Work and Personal Life need not be at odds
It's time to accept the new normal and embrace work-life integration. People and organizations need to develop solutions that work for everyone. In order to integrate family time into her hectic schedule as a busy executive, Margaret Keane had to get inventive, especially when her kids were teenagers. She discovered that driving her children to school every day was one strategy that worked exceptionally well. “That way, we had at least 20 minutes exclusively for us,” she recalls.
As the CEO of Connecticut-based Synchrony Financial, a platform for consumer financial services and a provider of credit cards, Keane tries her best to strike a balance between work and life but doesn't become frustrated with herself when she can't. “Those years taught me to tackle each work-life difficulty one at a time, and to stop putting so much pressure on myself to finish everything at once,” she says. And Keane is not the only one: It can be challenging for professionals to attain work-life balance in the so-called "always on" work culture, especially for women. But unlike Keane, a lot of these laborers are plagued by guilt about not succeeding in creating perfect harmony.
As more people admit the ideal of "balancing" may simply be an impossibility, the concept of "work-life integration" is currently gaining popularity. Elisa Steele, CEO of Namely, a New York-based human resources platform, claims that giving up on attaining "balance" is freeing. In reality, I felt like a perpetual failure as I constantly sought equilibrium. There is no ideal equilibrium; life is what it is. It is fluid, lively, and demanding while also being forgiving.”

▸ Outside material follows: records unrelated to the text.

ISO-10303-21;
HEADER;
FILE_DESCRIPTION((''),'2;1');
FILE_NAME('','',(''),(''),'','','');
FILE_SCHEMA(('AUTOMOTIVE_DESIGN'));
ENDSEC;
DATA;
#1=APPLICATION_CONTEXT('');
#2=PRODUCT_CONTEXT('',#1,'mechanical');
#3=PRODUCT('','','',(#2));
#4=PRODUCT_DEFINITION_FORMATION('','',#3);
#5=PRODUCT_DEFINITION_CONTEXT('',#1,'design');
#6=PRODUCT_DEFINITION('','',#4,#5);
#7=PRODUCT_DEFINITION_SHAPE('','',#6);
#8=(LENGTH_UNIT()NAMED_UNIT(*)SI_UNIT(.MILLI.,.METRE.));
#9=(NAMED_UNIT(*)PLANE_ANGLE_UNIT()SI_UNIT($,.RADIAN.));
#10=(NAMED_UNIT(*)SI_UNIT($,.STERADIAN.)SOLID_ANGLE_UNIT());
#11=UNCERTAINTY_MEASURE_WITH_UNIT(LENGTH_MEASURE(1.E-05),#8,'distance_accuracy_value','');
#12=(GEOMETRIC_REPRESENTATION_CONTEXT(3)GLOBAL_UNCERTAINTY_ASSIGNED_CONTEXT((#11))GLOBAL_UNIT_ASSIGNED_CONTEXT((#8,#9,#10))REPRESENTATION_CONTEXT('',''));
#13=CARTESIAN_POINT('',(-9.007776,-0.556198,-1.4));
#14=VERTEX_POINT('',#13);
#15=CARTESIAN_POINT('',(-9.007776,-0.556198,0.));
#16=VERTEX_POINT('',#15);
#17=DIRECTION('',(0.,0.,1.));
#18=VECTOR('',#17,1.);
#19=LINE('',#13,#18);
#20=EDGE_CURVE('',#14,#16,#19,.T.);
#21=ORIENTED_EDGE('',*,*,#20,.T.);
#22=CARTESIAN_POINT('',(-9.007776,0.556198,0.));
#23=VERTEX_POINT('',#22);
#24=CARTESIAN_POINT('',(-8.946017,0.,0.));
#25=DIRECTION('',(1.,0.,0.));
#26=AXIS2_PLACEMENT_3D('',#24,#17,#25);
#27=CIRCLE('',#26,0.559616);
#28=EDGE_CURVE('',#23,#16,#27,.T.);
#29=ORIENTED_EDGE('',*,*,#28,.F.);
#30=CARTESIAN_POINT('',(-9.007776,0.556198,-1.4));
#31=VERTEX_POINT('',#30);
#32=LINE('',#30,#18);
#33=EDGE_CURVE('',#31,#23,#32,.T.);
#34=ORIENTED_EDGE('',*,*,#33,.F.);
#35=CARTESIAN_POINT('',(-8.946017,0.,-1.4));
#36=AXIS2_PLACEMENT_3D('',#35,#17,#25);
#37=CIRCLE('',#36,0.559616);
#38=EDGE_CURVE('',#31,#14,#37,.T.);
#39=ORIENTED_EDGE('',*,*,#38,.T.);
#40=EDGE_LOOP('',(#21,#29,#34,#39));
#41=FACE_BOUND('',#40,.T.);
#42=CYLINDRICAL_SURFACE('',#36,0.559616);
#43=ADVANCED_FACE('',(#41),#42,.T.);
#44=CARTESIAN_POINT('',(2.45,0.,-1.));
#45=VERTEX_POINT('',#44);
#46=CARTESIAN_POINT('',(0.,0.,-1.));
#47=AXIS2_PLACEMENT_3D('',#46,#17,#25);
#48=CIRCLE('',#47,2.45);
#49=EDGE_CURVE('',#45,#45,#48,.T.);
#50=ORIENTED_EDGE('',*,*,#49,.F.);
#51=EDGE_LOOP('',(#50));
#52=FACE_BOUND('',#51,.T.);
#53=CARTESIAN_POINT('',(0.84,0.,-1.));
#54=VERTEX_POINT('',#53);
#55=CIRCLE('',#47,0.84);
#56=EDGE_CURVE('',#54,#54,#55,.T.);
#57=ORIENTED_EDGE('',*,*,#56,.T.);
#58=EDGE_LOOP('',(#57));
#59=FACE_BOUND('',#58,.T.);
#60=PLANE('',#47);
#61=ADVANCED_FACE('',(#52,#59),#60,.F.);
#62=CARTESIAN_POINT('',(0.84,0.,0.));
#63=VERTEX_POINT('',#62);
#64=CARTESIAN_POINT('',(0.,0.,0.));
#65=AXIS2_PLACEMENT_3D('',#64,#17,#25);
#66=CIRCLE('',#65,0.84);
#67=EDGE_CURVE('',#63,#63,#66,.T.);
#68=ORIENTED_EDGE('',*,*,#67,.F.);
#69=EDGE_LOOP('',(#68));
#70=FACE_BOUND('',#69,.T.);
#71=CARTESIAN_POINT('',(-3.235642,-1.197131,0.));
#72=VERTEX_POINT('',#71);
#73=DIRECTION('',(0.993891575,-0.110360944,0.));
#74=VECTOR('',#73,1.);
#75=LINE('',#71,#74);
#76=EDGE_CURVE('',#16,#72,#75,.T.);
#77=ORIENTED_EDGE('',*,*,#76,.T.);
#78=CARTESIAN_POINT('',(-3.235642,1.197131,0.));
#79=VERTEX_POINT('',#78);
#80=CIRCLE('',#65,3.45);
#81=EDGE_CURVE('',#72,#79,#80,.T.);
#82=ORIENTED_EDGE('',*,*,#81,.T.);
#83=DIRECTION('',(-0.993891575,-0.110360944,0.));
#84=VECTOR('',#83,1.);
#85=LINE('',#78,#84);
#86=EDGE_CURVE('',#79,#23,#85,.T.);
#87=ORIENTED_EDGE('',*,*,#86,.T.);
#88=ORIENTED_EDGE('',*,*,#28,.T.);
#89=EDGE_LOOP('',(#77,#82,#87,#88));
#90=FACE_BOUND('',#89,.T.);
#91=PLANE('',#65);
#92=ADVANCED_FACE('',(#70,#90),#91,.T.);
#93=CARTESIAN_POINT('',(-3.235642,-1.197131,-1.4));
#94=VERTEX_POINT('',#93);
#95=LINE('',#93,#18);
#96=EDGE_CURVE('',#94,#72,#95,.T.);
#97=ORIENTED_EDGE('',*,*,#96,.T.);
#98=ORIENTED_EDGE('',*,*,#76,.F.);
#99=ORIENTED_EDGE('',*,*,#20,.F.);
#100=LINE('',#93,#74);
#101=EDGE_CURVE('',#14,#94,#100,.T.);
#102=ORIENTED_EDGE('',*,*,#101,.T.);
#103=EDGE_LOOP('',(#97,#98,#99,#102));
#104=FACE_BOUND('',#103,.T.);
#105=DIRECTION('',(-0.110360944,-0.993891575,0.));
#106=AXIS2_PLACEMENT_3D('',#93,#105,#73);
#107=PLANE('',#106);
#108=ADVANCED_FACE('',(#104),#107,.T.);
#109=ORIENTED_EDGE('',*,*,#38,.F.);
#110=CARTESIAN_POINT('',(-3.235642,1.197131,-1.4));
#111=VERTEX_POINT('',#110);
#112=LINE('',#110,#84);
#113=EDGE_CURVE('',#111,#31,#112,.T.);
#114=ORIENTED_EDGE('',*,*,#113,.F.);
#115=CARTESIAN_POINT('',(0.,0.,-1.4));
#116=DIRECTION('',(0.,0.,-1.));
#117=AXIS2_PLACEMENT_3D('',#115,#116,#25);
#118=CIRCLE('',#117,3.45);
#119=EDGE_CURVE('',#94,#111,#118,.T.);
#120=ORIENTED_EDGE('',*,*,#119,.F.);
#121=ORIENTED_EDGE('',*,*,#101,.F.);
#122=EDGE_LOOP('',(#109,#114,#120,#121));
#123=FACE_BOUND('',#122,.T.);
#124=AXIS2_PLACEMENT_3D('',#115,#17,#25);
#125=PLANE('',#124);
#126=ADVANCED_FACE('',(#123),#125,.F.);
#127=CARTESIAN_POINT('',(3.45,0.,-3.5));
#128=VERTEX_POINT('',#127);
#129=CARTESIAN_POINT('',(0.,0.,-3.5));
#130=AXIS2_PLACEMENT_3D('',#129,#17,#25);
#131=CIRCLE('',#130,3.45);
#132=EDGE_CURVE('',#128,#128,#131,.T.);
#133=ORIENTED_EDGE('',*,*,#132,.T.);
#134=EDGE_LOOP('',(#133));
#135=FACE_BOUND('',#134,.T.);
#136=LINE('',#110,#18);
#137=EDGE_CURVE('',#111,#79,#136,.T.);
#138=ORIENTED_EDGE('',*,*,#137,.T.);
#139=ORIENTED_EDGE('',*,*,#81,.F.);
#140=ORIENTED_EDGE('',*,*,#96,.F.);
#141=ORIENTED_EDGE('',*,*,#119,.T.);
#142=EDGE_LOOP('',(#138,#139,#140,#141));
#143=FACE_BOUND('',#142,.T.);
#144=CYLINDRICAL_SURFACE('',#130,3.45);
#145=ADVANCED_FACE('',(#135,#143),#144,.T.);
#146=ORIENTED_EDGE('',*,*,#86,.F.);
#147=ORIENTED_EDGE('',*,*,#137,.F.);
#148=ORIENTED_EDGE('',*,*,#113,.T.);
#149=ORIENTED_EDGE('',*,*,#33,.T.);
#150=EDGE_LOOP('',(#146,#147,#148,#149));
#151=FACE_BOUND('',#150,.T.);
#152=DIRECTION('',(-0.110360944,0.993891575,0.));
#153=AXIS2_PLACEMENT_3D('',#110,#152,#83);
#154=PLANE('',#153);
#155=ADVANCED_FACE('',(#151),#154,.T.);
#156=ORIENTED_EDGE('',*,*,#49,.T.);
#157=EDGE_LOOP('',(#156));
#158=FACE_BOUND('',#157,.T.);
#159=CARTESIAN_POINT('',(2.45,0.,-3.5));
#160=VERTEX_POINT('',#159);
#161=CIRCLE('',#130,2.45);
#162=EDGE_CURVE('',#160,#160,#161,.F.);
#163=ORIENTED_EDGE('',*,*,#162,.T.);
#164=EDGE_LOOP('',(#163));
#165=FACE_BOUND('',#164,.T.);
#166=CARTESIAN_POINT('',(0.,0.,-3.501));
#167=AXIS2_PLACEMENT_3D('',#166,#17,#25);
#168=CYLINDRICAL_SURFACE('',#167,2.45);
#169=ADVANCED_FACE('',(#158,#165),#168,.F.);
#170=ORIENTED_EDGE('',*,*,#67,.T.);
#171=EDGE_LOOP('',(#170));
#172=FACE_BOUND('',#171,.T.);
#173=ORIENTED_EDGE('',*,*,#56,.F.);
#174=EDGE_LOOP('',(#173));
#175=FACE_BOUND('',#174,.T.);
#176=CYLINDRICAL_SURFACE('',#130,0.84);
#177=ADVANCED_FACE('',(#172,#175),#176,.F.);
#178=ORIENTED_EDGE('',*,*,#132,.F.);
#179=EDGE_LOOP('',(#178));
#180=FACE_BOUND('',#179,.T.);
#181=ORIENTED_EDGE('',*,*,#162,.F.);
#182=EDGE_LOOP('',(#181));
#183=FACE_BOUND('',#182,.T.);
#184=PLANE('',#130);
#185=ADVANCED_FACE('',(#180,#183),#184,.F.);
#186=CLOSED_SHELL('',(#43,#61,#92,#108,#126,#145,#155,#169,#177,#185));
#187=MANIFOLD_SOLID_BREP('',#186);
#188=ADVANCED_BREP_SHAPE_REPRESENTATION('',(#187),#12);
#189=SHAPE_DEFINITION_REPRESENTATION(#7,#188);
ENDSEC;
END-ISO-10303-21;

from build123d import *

# Parameters (mm, degrees)
SKETCH7_R               = 3.45
MAIN_BODY_DEPTH         = 3.5
MATE_HOLE_REACH         = 9.005
MATE_START              = -1
SKETCH9_R               = 2.45
CUT_EXTRUDE2_DEPTH      = 7.004581584
CUT_EXTRUDE2_DEPTH_BACK = 7.004581584
SKETCH10_R              = 0.84
BOSS_EXTRUDE2_DEPTH     = 1.4


with BuildPart() as part:
    # Sketch7 → main body (new body)
    with BuildSketch(Plane.XY):
        Circle(SKETCH7_R)
    extrude(amount=-MAIN_BODY_DEPTH)

    # Sketch9 → mate hole (cut, up to next)
    with BuildSketch(Plane.XY.offset(MATE_START), mode=Mode.PRIVATE) as mate_hole_sk1:
        Circle(SKETCH9_R)
    mate_hole_tool1 = extrude(mate_hole_sk1.sketch, amount=-MATE_HOLE_REACH, mode=Mode.PRIVATE) & part.part
    add(mate_hole_tool1.solids().sort_by_distance((0, 0, -1))[0], mode=Mode.SUBTRACT)

    # Sketch10 → Cut-Extrude2 (cut, two sides: drawn at the far end of the back side and taken through both)
    with BuildSketch(Plane.XY.offset(-CUT_EXTRUDE2_DEPTH_BACK)):
        Circle(SKETCH10_R)
    extrude(amount=CUT_EXTRUDE2_DEPTH + CUT_EXTRUDE2_DEPTH_BACK, mode=Mode.SUBTRACT)

    # Sketch11 → Boss-Extrude2 (add)
    with BuildSketch(Plane.XY):
        with BuildLine():
            Line((-3.235641734, 1.197130973), (-9.007776393, 0.556197651))
            ThreePointArc((-9.007776393, 0.556197651), (-9.505632664, 0), (-9.007776393, -0.556197651))
            Line((-9.007776393, -0.556197651), (-3.235641734, -1.197130973))
            ThreePointArc((-3.235641734, -1.197130973), (-3.45, 0), (-3.235641734, 1.197130973))
        make_face()
    extrude(amount=-BOSS_EXTRUDE2_DEPTH)


solid = part.part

The first step to achieving balance, according to Jae Ellard, author of the 2014 book “The Five Truths about Work-Life Balance,” is to define it for yourself. Her counsel is still applicable, even though the original concept of work-life balance has now evolved into talks of things like work-life integration or work-life harmony.
Businesses are starting to recognize their roles in fostering settings that support a successful work-life balance. This initiative is being led by Mathilde Collin, CEO of the shared inbox Front App and a former member of Forbes 30 Under 30. In an effort to make her staff more present at home and at work, she recently pushed them to remove any unused apps from their phones, including social media sites like Twitter and Facebook.
There now seems to be a chance for people to refine what works for them without feeling as though they need to live up to a certain standard, established by someone else, since work-life balance is no longer the only way to define the successful management of professional and personal life.